YOUR TASK.
Please print only the top portion of the entries below, ending with the line that contains "#43=AXIS2_PLACEMENT_3D('',#24,#42,#25);", exactly as written.

[Recorded data]
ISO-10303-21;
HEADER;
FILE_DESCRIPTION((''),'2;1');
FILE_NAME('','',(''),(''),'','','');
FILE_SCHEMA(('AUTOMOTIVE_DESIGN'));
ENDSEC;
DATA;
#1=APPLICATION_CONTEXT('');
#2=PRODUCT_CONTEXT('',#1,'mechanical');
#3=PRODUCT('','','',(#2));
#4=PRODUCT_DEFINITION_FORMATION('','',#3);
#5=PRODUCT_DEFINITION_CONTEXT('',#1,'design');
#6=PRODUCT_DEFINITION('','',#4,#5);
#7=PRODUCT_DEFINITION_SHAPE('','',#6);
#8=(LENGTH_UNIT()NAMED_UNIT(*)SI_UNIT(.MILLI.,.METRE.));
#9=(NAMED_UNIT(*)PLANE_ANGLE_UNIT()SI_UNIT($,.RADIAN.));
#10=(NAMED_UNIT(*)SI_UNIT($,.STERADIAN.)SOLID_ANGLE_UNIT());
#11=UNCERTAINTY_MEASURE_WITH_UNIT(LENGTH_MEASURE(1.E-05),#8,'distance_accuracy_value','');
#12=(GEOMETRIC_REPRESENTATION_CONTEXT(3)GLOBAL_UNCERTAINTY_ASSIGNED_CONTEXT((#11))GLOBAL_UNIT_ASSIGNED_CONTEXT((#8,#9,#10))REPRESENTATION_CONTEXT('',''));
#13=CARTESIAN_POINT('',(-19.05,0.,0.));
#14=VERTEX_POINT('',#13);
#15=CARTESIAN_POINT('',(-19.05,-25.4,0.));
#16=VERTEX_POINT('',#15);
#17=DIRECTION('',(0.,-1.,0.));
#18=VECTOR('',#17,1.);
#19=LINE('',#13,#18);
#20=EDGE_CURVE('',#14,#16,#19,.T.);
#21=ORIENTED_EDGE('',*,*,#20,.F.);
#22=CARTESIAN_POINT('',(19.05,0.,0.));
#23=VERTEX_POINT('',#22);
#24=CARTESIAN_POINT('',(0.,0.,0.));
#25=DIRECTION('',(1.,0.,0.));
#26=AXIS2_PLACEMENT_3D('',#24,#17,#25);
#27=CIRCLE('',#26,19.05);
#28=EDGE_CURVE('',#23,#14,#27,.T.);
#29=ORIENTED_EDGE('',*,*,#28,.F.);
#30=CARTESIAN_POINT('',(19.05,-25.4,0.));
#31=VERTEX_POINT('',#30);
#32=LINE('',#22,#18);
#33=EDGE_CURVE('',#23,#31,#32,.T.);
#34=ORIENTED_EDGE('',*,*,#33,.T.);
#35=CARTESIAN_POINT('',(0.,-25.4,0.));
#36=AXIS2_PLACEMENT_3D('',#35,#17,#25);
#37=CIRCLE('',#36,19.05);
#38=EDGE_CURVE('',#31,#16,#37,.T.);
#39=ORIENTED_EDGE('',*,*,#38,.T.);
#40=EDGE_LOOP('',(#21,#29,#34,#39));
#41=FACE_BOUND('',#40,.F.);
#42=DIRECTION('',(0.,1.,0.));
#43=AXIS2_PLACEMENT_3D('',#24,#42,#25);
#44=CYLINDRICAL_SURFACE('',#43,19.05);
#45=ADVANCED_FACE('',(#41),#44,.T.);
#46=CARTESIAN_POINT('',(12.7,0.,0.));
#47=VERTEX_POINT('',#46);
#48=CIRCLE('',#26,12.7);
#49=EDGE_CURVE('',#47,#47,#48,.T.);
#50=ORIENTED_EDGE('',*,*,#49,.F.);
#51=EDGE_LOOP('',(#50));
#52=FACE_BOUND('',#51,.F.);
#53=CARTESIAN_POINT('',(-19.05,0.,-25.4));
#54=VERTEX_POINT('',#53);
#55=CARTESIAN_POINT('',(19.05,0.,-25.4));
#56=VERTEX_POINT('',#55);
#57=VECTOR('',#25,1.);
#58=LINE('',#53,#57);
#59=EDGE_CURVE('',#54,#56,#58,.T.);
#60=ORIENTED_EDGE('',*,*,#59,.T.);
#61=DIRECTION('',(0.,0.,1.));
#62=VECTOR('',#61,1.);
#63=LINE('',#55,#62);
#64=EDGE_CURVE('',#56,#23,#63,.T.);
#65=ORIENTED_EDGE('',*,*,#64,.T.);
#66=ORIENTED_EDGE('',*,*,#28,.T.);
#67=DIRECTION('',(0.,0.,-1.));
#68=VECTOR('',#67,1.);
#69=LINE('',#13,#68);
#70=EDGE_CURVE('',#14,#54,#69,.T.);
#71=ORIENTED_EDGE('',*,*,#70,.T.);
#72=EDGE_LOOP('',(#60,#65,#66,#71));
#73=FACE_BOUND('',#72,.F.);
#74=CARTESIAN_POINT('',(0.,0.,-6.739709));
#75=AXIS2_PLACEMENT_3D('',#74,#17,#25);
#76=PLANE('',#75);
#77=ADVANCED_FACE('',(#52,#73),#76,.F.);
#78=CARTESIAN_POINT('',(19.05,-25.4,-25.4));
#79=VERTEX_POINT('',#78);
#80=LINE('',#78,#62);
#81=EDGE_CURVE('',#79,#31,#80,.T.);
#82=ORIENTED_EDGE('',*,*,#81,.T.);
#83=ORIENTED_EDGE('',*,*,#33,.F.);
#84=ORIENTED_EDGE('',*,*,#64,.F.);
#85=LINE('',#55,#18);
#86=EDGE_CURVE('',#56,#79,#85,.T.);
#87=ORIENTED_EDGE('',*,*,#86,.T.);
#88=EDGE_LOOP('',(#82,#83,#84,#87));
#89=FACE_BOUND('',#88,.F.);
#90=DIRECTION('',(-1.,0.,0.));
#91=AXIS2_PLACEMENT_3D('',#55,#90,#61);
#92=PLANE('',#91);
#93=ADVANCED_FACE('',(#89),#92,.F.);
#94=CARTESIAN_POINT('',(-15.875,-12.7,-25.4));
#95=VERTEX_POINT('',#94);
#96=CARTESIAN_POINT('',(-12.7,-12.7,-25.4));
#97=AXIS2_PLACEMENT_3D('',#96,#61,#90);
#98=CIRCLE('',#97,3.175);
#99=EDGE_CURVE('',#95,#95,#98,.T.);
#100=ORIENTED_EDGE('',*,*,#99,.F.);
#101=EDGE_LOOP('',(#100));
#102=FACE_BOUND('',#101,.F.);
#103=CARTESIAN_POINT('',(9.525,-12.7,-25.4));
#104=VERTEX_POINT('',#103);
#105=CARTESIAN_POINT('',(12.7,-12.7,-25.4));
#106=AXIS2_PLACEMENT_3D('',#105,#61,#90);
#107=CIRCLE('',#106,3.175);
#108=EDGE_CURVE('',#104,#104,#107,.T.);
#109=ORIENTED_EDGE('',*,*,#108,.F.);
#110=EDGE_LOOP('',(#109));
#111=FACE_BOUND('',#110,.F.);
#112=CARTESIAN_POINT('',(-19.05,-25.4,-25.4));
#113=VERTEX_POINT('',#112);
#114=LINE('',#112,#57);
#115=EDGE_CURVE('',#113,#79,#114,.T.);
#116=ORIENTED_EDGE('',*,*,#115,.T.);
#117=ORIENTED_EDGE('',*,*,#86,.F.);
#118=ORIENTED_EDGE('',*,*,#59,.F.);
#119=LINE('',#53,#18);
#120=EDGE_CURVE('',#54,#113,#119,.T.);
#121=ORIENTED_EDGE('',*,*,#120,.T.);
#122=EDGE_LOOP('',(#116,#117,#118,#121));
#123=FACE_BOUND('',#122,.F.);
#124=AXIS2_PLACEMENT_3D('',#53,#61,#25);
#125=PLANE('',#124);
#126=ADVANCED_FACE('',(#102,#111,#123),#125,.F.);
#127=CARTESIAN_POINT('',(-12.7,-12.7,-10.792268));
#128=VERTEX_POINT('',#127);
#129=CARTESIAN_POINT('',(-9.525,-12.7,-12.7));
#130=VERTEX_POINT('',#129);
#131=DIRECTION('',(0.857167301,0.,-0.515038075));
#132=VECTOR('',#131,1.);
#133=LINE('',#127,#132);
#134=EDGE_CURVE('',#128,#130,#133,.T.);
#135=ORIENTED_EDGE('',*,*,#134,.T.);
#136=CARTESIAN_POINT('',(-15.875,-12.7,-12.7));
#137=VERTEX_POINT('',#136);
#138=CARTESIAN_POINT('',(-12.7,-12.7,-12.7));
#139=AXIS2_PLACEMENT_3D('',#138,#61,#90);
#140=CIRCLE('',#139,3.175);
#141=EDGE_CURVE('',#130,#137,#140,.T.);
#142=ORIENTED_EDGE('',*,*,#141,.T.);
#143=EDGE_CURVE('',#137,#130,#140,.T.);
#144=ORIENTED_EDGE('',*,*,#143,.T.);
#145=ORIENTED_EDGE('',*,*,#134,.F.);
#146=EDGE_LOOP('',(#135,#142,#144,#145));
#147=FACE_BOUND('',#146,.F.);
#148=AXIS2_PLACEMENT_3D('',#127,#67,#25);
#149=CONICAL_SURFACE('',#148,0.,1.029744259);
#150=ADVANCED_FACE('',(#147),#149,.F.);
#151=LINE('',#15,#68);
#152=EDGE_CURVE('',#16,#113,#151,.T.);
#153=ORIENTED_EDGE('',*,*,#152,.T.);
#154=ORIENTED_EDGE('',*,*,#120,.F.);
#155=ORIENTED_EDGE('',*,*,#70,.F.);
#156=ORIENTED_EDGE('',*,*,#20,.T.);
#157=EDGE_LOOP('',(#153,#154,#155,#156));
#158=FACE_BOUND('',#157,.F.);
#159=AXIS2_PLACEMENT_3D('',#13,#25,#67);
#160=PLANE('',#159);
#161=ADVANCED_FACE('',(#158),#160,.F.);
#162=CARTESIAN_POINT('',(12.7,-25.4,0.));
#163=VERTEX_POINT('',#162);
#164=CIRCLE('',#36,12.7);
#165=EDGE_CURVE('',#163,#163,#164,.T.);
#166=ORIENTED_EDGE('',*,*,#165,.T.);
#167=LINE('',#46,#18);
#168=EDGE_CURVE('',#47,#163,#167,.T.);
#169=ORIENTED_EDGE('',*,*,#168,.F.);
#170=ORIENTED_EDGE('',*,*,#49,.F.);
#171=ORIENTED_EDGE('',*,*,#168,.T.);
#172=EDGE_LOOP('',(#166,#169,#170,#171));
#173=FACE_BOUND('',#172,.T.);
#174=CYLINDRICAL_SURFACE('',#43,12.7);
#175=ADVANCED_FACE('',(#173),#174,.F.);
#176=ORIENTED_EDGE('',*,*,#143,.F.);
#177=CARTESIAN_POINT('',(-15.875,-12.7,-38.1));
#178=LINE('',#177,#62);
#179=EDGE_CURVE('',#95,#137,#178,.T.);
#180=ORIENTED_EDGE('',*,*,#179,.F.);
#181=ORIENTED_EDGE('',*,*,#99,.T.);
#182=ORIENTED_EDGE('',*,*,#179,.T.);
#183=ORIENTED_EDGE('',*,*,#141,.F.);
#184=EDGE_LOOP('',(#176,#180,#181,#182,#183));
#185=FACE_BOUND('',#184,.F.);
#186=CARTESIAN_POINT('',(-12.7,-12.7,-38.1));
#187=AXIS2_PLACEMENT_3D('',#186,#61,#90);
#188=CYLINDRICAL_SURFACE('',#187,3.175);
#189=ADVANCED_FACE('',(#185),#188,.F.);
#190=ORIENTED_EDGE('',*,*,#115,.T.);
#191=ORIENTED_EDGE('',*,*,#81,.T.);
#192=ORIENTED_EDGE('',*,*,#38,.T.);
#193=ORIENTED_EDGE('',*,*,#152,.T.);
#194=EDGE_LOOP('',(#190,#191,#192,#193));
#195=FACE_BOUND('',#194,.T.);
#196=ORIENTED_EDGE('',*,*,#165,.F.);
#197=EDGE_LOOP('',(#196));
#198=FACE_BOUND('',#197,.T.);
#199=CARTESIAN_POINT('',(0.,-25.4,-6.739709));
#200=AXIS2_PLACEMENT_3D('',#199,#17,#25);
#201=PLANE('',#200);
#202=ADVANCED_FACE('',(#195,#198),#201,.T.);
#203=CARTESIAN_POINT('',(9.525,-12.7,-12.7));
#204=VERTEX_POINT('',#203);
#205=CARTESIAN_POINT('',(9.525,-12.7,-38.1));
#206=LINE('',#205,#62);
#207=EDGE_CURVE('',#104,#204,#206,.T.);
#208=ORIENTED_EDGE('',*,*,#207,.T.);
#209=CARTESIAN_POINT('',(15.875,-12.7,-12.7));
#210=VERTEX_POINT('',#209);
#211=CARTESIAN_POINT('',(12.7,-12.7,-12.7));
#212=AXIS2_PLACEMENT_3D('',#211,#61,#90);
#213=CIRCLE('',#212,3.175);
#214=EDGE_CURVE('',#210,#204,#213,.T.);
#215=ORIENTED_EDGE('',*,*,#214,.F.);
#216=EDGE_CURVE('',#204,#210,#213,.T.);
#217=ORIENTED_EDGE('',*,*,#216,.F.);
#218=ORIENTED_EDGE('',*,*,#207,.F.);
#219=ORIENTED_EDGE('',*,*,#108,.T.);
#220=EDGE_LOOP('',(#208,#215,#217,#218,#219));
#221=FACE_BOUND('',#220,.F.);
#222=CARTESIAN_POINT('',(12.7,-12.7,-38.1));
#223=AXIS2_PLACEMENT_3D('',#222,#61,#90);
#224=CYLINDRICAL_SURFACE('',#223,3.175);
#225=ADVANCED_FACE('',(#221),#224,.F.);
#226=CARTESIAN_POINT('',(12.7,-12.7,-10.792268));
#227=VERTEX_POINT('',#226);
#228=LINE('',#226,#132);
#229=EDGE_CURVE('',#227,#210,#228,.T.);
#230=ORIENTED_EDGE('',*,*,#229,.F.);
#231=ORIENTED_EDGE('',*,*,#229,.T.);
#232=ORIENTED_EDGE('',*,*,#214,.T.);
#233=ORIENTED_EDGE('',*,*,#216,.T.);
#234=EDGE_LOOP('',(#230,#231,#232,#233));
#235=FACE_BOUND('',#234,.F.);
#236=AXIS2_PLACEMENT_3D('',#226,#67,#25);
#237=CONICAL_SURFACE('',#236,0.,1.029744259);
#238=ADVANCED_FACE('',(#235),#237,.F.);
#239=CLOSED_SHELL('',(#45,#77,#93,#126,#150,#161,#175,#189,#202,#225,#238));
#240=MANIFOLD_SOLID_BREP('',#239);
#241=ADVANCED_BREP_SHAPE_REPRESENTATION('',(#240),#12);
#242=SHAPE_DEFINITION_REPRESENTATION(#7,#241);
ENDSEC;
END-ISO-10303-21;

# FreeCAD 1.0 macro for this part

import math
import FreeCAD as App
import Part
import Sketcher
Q = App.Units.Quantity

doc = App.newDocument("Part")
params = doc.addObject("Spreadsheet::Sheet", "Params")
for row, (alias, value) in enumerate([
    ("sketch1_diameter", "1 in"),
    ("sketch1_height", "1 in"),
    ("sketch1_radius", "0.75 in"),
    ("pad1_length", "1 in"),
    ("sketch2_diameter", "0.25 in"),
    ("hole_diameter", "0.25 in"),
    ("hole_depth", "0.5 in"),
], start=1):
    params.set(f"A{row}", alias)
    params.set(f"B{row}", "=" + value)
    params.setAlias(f"B{row}", alias)

body = doc.addObject("PartDesign::Body", "Body")

# Sketch on XZ plane
sketch1 = body.newObject("Sketcher::SketchObject", "Sketch")
sketch1.AttachmentSupport = (doc.getObject("XZ_Plane"), [""])
sketch1.MapMode = "FlatFace"
sketch1.addGeometry([
    Part.LineSegment(App.Vector(19, -25, 0), App.Vector(19, 0, 0)),  # 0
    Part.ArcOfCircle(Part.Circle(App.Vector(0, 0, 0), App.Vector(0, 0, 1), 19), math.radians(0), math.radians(180)),  # 1
    Part.LineSegment(App.Vector(-19, 0, 0), App.Vector(-19, -25, 0)),  # 2
    Part.LineSegment(App.Vector(-19, -25, 0), App.Vector(19, -25, 0)),  # 3
    Part.Circle(App.Vector(0, 0, 0), App.Vector(0, 0, 1), 13),  # 4
], False)
sketch1.addConstraint([
    Sketcher.Constraint("Tangent", 0, 2, 1, 1),
    Sketcher.Constraint("Tangent", 1, 2, 2, 1),
    Sketcher.Constraint("Coincident", 2, 2, 3, 1),
    Sketcher.Constraint("Coincident", 3, 2, 0, 1),
    Sketcher.Constraint("Vertical", 0),
    Sketcher.Constraint("Vertical", 2),
    Sketcher.Constraint("Horizontal", 3),
    Sketcher.Constraint("Coincident", 1, 3, -1, 1),
    Sketcher.Constraint("Coincident", 4, 3, -1, 1),
    Sketcher.Constraint("Diameter", 4, Q("1 in")),
    Sketcher.Constraint("DistanceY", 0, 1, 0, 2, Q("1 in")),
    Sketcher.Constraint("Radius", 1, Q("0.75 in")),
])
sketch1.setExpression("Constraints[9]", "Params.sketch1_diameter")
sketch1.setExpression("Constraints[10]", "Params.sketch1_height")
sketch1.setExpression("Constraints[11]", "Params.sketch1_radius")
pad1 = body.newObject("PartDesign::Pad", "Pad")
pad1.Profile = sketch1
pad1.setExpression("Length", "Params.pad1_length")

RESPONSE AREA.
ISO-10303-21;
HEADER;
FILE_DESCRIPTION((''),'2;1');
FILE_NAME('','',(''),(''),'','','');
FILE_SCHEMA(('AUTOMOTIVE_DESIGN'));
ENDSEC;
DATA;
#1=APPLICATION_CONTEXT('');
#2=PRODUCT_CONTEXT('',#1,'mechanical');
#3=PRODUCT('','','',(#2));
#4=PRODUCT_DEFINITION_FORMATION('','',#3);
#5=PRODUCT_DEFINITION_CONTEXT('',#1,'design');
#6=PRODUCT_DEFINITION('','',#4,#5);
#7=PRODUCT_DEFINITION_SHAPE('','',#6);
#8=(LENGTH_UNIT()NAMED_UNIT(*)SI_UNIT(.MILLI.,.METRE.));
#9=(NAMED_UNIT(*)PLANE_ANGLE_UNIT()SI_UNIT($,.RADIAN.));
#10=(NAMED_UNIT(*)SI_UNIT($,.STERADIAN.)SOLID_ANGLE_UNIT());
#11=UNCERTAINTY_MEASURE_WITH_UNIT(LENGTH_MEASURE(1.E-05),#8,'distance_accuracy_value','');
#12=(GEOMETRIC_REPRESENTATION_CONTEXT(3)GLOBAL_UNCERTAINTY_ASSIGNED_CONTEXT((#11))GLOBAL_UNIT_ASSIGNED_CONTEXT((#8,#9,#10))REPRESENTATION_CONTEXT('',''));
#13=CARTESIAN_POINT('',(-19.05,0.,0.));
#14=VERTEX_POINT('',#13);
#15=CARTESIAN_POINT('',(-19.05,-25.4,0.));
#16=VERTEX_POINT('',#15);
#17=DIRECTION('',(0.,-1.,0.));
#18=VECTOR('',#17,1.);
#19=LINE('',#13,#18);
#20=EDGE_CURVE('',#14,#16,#19,.T.);
#21=ORIENTED_EDGE('',*,*,#20,.F.);
#22=CARTESIAN_POINT('',(19.05,0.,0.));
#23=VERTEX_POINT('',#22);
#24=CARTESIAN_POINT('',(0.,0.,0.));
#25=DIRECTION('',(1.,0.,0.));
#26=AXIS2_PLACEMENT_3D('',#24,#17,#25);
#27=CIRCLE('',#26,19.05);
#28=EDGE_CURVE('',#23,#14,#27,.T.);
#29=ORIENTED_EDGE('',*,*,#28,.F.);
#30=CARTESIAN_POINT('',(19.05,-25.4,0.));
#31=VERTEX_POINT('',#30);
#32=LINE('',#22,#18);
#33=EDGE_CURVE('',#23,#31,#32,.T.);
#34=ORIENTED_EDGE('',*,*,#33,.T.);
#35=CARTESIAN_POINT('',(0.,-25.4,0.));
#36=AXIS2_PLACEMENT_3D('',#35,#17,#25);
#37=CIRCLE('',#36,19.05);
#38=EDGE_CURVE('',#31,#16,#37,.T.);
#39=ORIENTED_EDGE('',*,*,#38,.T.);
#40=EDGE_LOOP('',(#21,#29,#34,#39));
#41=FACE_BOUND('',#40,.F.);
#42=DIRECTION('',(0.,1.,0.));
#43=AXIS2_PLACEMENT_3D('',#24,#42,#25);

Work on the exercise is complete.